Non. La mélatonine n’augmente pas la masse musculaire et n’a pas d’effet anti-catabolique démontré. Son action sur le muscle est nulle en direct. Le seul bénéfice pour un pratiquant est indirect : mieux vous dormez, mieux votre corps récupère et reconstruit ses fibres. La mélatonine agit sur le sommeil, pas sur le muscle. C’est ce lien indirect, et lui seul, qui justifie qu’on en parle en musculation.

Pour approfondir le lien entre sommeil et récupération, nos coachs l’expliquent en vidéo :

Autrement dit, aucune cure de mélatonine ne remplacera un entraînement bien mené, des protéines suffisantes et des nuits complètes. Elle peut aider à sécuriser ces nuits quand elles sont menacées, rien de plus.

Comment agit-elle sur le sommeil ?

La mélatonine contribue à réduire le temps d’endormissement : c’est une allégation de santé autorisée dans l’Union européenne, reconnue à partir de 1 mg avant le coucher. Une méta-analyse de 19 études (1 683 participants) a mesuré une réduction moyenne du délai d’endormissement d’environ 7 minutes (Ferracioli-Oda et al., 2013). L’effet est réel mais modeste : c’est un coup de pouce pour s’endormir, pas un somnifère puissant.

C’est l’hormone de l’obscurité : votre glande pinéale la sécrète quand la lumière baisse, ce qui signale à l’organisme qu’il est temps de ralentir. Sa prise est donc surtout utile dans deux cas concrets :

  • Séance de sport tardive : l’excitation nerveuse et la température corporelle élevée retardent l’endormissement ; la mélatonine aide à amorcer la bascule vers le sommeil.
  • Décalage horaire : elle aide à resynchroniser l’horloge interne (autre allégation reconnue, dès 0,5 mg au coucher à destination).

Quelle dose et à quel moment la prendre ?

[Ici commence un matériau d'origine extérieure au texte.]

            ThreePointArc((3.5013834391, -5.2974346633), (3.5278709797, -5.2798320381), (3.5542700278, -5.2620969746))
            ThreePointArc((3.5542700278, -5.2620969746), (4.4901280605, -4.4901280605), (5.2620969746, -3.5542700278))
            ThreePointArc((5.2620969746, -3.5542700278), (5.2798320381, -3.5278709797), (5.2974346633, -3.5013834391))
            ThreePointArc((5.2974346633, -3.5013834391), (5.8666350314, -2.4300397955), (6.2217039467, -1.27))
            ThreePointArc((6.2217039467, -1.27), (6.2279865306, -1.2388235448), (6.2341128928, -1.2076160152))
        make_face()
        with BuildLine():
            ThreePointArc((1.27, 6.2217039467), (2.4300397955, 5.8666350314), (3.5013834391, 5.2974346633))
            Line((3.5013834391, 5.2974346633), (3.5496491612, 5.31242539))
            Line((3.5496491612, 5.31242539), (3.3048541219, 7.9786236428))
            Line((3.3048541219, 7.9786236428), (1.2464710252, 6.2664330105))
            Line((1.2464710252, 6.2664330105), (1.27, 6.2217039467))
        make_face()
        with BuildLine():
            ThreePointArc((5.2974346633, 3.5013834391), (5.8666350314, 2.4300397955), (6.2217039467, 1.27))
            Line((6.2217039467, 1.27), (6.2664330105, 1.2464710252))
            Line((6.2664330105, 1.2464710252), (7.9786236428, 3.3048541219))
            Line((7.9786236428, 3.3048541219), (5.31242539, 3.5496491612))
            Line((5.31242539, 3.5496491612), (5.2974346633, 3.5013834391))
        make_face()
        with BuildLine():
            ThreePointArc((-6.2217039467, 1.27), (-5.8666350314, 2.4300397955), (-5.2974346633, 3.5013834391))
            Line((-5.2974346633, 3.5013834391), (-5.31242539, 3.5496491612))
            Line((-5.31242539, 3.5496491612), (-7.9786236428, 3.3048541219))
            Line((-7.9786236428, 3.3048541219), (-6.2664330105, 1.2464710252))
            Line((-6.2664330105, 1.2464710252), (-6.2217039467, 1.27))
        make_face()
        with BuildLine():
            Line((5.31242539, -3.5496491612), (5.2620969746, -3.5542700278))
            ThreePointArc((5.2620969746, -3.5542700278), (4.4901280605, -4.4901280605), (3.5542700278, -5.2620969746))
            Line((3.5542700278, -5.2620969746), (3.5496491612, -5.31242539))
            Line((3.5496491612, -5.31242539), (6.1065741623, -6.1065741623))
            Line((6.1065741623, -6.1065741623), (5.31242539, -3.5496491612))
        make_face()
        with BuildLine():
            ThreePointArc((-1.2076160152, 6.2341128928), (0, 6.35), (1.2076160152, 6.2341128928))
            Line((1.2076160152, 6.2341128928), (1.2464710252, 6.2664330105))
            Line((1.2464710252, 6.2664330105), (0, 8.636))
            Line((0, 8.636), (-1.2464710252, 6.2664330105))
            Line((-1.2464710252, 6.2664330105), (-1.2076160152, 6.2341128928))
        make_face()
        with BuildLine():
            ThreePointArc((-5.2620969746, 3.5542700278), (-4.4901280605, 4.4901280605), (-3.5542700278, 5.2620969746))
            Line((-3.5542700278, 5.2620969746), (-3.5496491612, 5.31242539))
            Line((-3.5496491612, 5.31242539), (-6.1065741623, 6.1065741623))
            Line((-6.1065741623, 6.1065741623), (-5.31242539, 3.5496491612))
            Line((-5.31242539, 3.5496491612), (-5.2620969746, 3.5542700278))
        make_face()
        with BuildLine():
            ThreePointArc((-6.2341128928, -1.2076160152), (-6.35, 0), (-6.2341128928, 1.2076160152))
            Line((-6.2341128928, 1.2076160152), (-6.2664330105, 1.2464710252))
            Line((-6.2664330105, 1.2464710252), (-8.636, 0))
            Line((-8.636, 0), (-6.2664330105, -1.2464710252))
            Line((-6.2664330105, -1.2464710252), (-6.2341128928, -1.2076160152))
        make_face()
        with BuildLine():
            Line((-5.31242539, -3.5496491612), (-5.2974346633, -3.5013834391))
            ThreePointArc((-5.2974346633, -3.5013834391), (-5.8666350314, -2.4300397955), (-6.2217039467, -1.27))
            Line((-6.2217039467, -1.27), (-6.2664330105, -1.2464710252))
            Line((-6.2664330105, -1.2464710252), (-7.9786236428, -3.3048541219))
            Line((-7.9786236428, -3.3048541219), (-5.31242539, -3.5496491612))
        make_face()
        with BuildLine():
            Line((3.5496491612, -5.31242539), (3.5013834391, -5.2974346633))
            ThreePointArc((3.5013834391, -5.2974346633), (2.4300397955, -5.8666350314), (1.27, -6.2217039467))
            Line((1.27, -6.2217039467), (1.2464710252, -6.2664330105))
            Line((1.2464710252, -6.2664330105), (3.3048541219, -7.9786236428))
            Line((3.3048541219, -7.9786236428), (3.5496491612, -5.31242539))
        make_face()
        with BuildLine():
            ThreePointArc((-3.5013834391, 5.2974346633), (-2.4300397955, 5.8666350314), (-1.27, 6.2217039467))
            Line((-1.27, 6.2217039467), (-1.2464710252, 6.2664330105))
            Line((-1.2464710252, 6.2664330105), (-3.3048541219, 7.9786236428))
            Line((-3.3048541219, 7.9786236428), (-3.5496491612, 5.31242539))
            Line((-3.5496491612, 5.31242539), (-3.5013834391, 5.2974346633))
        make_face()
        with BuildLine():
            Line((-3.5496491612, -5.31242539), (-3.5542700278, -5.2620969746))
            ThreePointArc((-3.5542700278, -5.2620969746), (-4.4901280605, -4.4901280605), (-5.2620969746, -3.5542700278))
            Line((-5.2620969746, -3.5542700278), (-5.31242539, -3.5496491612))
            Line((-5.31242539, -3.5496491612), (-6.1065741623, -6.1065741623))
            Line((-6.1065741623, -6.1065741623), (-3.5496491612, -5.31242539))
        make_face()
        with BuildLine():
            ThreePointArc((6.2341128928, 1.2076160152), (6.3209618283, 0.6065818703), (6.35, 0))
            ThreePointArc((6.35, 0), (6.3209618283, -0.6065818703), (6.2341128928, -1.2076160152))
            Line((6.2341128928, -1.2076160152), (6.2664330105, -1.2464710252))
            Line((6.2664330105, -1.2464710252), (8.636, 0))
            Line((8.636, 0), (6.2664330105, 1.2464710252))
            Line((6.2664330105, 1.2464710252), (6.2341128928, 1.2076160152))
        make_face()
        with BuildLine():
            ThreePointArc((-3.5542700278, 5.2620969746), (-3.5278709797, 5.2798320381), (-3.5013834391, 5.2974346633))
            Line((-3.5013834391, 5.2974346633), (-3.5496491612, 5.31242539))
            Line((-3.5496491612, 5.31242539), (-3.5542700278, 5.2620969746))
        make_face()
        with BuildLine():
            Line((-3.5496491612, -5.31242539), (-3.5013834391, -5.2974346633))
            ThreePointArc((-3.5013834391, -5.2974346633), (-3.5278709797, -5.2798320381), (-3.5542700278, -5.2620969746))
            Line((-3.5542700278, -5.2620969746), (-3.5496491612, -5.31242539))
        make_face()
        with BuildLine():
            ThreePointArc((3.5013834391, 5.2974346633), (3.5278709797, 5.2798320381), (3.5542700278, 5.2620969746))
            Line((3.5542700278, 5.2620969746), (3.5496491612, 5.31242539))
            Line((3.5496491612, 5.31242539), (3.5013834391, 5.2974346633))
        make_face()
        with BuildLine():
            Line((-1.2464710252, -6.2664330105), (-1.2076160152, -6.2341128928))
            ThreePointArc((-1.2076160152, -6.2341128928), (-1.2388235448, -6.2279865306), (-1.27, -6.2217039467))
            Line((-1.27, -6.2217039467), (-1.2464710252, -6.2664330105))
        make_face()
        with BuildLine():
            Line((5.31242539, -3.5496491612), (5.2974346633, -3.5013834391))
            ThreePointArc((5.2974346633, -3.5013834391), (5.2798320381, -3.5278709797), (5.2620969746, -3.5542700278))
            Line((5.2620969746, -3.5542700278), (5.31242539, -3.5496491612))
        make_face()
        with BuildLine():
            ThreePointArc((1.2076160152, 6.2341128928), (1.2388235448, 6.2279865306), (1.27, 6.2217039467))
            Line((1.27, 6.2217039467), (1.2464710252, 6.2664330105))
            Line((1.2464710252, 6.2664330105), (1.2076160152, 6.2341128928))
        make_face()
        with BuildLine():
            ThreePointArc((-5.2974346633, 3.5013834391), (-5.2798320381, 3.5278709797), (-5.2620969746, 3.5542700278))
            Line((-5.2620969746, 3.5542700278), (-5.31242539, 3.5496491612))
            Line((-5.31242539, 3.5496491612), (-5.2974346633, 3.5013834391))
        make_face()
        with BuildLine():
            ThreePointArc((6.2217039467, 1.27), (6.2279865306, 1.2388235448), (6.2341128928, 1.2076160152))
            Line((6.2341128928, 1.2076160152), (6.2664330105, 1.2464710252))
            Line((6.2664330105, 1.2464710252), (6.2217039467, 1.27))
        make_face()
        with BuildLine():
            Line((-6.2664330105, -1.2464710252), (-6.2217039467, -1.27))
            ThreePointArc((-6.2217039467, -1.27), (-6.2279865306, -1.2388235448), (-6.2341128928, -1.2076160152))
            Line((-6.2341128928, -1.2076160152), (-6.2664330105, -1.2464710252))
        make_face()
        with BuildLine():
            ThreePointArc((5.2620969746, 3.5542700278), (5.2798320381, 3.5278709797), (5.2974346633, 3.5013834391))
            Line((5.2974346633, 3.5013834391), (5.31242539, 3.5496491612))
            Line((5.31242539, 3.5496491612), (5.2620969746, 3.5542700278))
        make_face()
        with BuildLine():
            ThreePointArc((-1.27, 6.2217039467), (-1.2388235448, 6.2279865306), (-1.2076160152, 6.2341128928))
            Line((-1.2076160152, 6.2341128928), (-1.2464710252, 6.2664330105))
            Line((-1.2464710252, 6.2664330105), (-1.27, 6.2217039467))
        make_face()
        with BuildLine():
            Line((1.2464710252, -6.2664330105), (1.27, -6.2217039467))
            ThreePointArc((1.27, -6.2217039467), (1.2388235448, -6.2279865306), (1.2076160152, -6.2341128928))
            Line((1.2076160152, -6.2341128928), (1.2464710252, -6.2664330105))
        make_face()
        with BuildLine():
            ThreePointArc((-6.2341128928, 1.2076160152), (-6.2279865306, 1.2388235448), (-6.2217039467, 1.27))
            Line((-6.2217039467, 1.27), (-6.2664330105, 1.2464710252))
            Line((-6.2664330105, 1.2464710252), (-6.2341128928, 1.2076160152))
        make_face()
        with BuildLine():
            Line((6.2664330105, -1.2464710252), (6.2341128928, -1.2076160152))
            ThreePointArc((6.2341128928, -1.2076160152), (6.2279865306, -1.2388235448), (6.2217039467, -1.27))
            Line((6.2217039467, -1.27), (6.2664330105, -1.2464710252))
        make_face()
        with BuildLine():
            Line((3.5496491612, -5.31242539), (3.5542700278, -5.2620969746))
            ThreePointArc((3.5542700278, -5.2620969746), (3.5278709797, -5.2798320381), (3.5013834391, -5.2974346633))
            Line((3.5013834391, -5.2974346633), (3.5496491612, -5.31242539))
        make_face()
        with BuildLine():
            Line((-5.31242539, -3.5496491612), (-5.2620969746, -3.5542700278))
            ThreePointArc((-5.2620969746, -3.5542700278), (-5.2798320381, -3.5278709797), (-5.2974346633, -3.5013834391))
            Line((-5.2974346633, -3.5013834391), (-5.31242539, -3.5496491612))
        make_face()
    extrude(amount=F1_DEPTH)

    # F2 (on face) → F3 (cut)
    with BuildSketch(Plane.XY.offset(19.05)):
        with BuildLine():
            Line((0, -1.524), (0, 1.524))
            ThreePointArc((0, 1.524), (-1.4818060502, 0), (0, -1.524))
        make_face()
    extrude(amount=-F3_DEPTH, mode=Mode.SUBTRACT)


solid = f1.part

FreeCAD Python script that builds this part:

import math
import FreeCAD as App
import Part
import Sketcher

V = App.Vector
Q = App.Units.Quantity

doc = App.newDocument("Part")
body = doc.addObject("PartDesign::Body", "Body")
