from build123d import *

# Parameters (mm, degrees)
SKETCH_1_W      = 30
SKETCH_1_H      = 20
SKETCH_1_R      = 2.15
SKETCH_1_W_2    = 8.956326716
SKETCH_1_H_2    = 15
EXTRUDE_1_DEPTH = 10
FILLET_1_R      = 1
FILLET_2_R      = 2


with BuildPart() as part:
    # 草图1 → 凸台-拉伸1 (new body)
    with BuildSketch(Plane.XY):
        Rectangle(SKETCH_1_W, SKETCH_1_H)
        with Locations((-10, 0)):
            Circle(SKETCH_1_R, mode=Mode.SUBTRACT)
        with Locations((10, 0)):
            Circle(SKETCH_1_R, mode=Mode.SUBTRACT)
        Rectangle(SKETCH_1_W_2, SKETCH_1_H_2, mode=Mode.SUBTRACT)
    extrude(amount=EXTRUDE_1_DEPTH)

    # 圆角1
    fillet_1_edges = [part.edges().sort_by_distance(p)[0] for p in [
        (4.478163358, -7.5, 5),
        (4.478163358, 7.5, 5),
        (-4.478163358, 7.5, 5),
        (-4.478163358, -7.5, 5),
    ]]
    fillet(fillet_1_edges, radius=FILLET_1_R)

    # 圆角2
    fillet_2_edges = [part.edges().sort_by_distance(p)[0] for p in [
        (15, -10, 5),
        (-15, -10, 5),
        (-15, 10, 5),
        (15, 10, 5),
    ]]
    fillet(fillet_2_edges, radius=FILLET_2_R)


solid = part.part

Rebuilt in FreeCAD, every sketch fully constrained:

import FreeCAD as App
import Part
import Sketcher
from FreeCAD import Vector


def edges_at(feature, points):
    """Names of the edges that pass closest to the given points."""
    edges = feature.Shape.Edges
    near = lambda p: min(range(len(edges)), key=lambda i: edges[i].distToShape(Part.Vertex(*p))[0])
    return sorted({f"Edge{near(p) + 1}" for p in points})

doc = App.newDocument("Part")
body = doc.addObject("PartDesign::Body", "Body")

# Sketch on XY plane
sketch1 = body.newObject("Sketcher::SketchObject", "Sketch")
sketch1.AttachmentSupport = (doc.getObject("XY_Plane"), [""])
sketch1.MapMode = "FlatFace"
sketch1.addGeometry([
    Part.LineSegment(Vector(-15, 10, 0), Vector(-15, -10, 0)),  # 0
    Part.LineSegment(Vector(-15, -10, 0), Vector(15, -10, 0)),  # 1
    Part.LineSegment(Vector(15, -10, 0), Vector(15, 10, 0)),  # 2
    Part.LineSegment(Vector(15, 10, 0), Vector(-15, 10, 0)),  # 3
    Part.Circle(Vector(-10, 0, 0), Vector(0, 0, 1), 2.1),  # 4
    Part.LineSegment(Vector(4.5, -7.5, 0), Vector(-4.5, -7.5, 0)),  # 5
    Part.LineSegment(Vector(-4.5, -7.5, 0), Vector(-4.5, 7.5, 0)),  # 6
    Part.LineSegment(Vector(-4.5, 7.5, 0), Vector(4.5, 7.5, 0)),  # 7
    Part.LineSegment(Vector(4.5, 7.5, 0), Vector(4.5, -7.5, 0)),  # 8
    Part.Circle(Vector(10, 0, 0), Vector(0, 0, 1), 2.1),  # 9
], False)
sketch1.addConstraint([
    Sketcher.Constraint("Coincident", 0, 2, 1, 1),
    Sketcher.Constraint("Coincident", 1, 2, 2, 1),
    Sketcher.Constraint("Coincident", 2, 2, 3, 1),
    Sketcher.Constraint("Coincident", 3, 2, 0, 1),
    Sketcher.Constraint("Coincident", 5, 2, 6, 1),
    Sketcher.Constraint("Coincident", 6, 2, 7, 1),
    Sketcher.Constraint("Coincident", 7, 2, 8, 1),
    Sketcher.Constraint("Coincident", 8, 2, 5, 1),
    Sketcher.Constraint("Vertical", 0),
    Sketcher.Constraint("Horizontal", 1),
    Sketcher.Constraint("Vertical", 2),
    Sketcher.Constraint("Horizontal", 3),
    Sketcher.Constraint("Horizontal", 5),
    Sketcher.Constraint("Vertical", 6),
    Sketcher.Constraint("Horizontal", 7),
    Sketcher.Constraint("Vertical", 8),
    Sketcher.Constraint("Equal", 4, 9),
    Sketcher.Constraint("Symmetric", 4, 3, 9, 3, -1, 1),
    Sketcher.Constraint("Symmetric", 0, 2, 2, 2, -1, 1),
    Sketcher.Constraint("Symmetric", 5, 2, 7, 2, -1, 1),
    Sketcher.Constraint("PointOnObject", 4, 3, -1),
    Sketcher.Constraint("Diameter", 4, 4.3),
    Sketcher.Constraint("DistanceX", 1, 1, 1, 2, 30.0),
    Sketcher.Constraint("DistanceY", 0, 2, 0, 1, 20.0),
    Sketcher.Constraint("DistanceY", 6, 1, 6, 2, 15.0),
    Sketcher.Constraint("DistanceX", 4, 3, -1, 1, 10.0),
    Sketcher.Constraint("DistanceX", 5, 2, 5, 1, 8.956327),
])
pad1 = body.newObject("PartDesign::Pad", "Pad")
pad1.Profile = sketch1
pad1.Length = 10
doc.recompute()

fillet = body.newObject("PartDesign::Fillet", "Fillet")
fillet.Base = (pad1, edges_at(pad1, [
    (4.478, -7.5, 5),
    (4.478, 7.5, 5),
    (-4.478, 7.5, 5),
    (-4.478, -7.5, 5),
]))
fillet.Radius = 1
doc.recompute()

fillet2 = body.newObject("PartDesign::Fillet", "Fillet001")
fillet2.Base = (fillet, edges_at(fillet, [
    (15, -10, 5),
    (-15, -10, 5),
    (-15, 10, 5),
    (15, 10, 5),
]))
fillet2.Radius = 2

doc.recompute()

En France, les compléments à base de mélatonine sont plafonnés à 1,9 mg par jour ; au-delà, elle relève du médicament. On en trouve en vente libre à ce dosage, comme la Mélatonine + de Nutraclear. L’effet sur l’endormissement est reconnu à partir de 1 mg. Inutile donc de surdoser : viser plus n’apporte pas de bénéfice supplémentaire en vente libre. Le timing compte autant que la dose.

PointRepère
Dose (vente libre France)1 à 1,9 mg par jour maximum
Moment de prise30 à 60 minutes avant le coucher
Avant l’entraînementJamais (somnolence, baisse de vigilance)
DuréeCures courtes, usage ponctuel plutôt que continu

Ne prenez jamais de mélatonine avant une séance : la somnolence qu’elle induit ferait chuter votre vigilance et votre force. Réservez-la au moment du coucher. Et privilégiez un usage ponctuel : la mélatonine n’a pas vocation à remplacer durablement une bonne hygiène de sommeil (horaires réguliers, obscurité, écrans coupés). Si le café perturbe vos nuits, agissez aussi en amont sur les excitants (voir notre article sur le café qui empêche de dormir).

Est-elle autorisée en compétition ?

Oui. La mélatonine ne figure pas sur la liste des substances interdites de l’Agence Mondiale Antidopage (AMA), elle est donc autorisée en compétition comme hors compétition. Ce n’est pas un produit dopant : elle n’a aucun effet ergogénique direct sur la force ou la puissance. Elle régule l’horloge biologique, rien de plus. Vous pouvez l’utiliser sans crainte pour un contrôle antidopage.

Quelles précautions avant d’en prendre ?

Aux doses de vente libre, les effets indésirables sont rares et légers : maux de tête passagers, somnolence résiduelle le matin, parfois de légers vertiges, souvent liés à une dose trop élevée ou trop tardive. La mélatonine est déconseillée chez la femme enceinte ou allaitante et chez l’enfant sans avis médical, et elle peut interagir avec certains traitements (anticoagulants, antidépresseurs notamment).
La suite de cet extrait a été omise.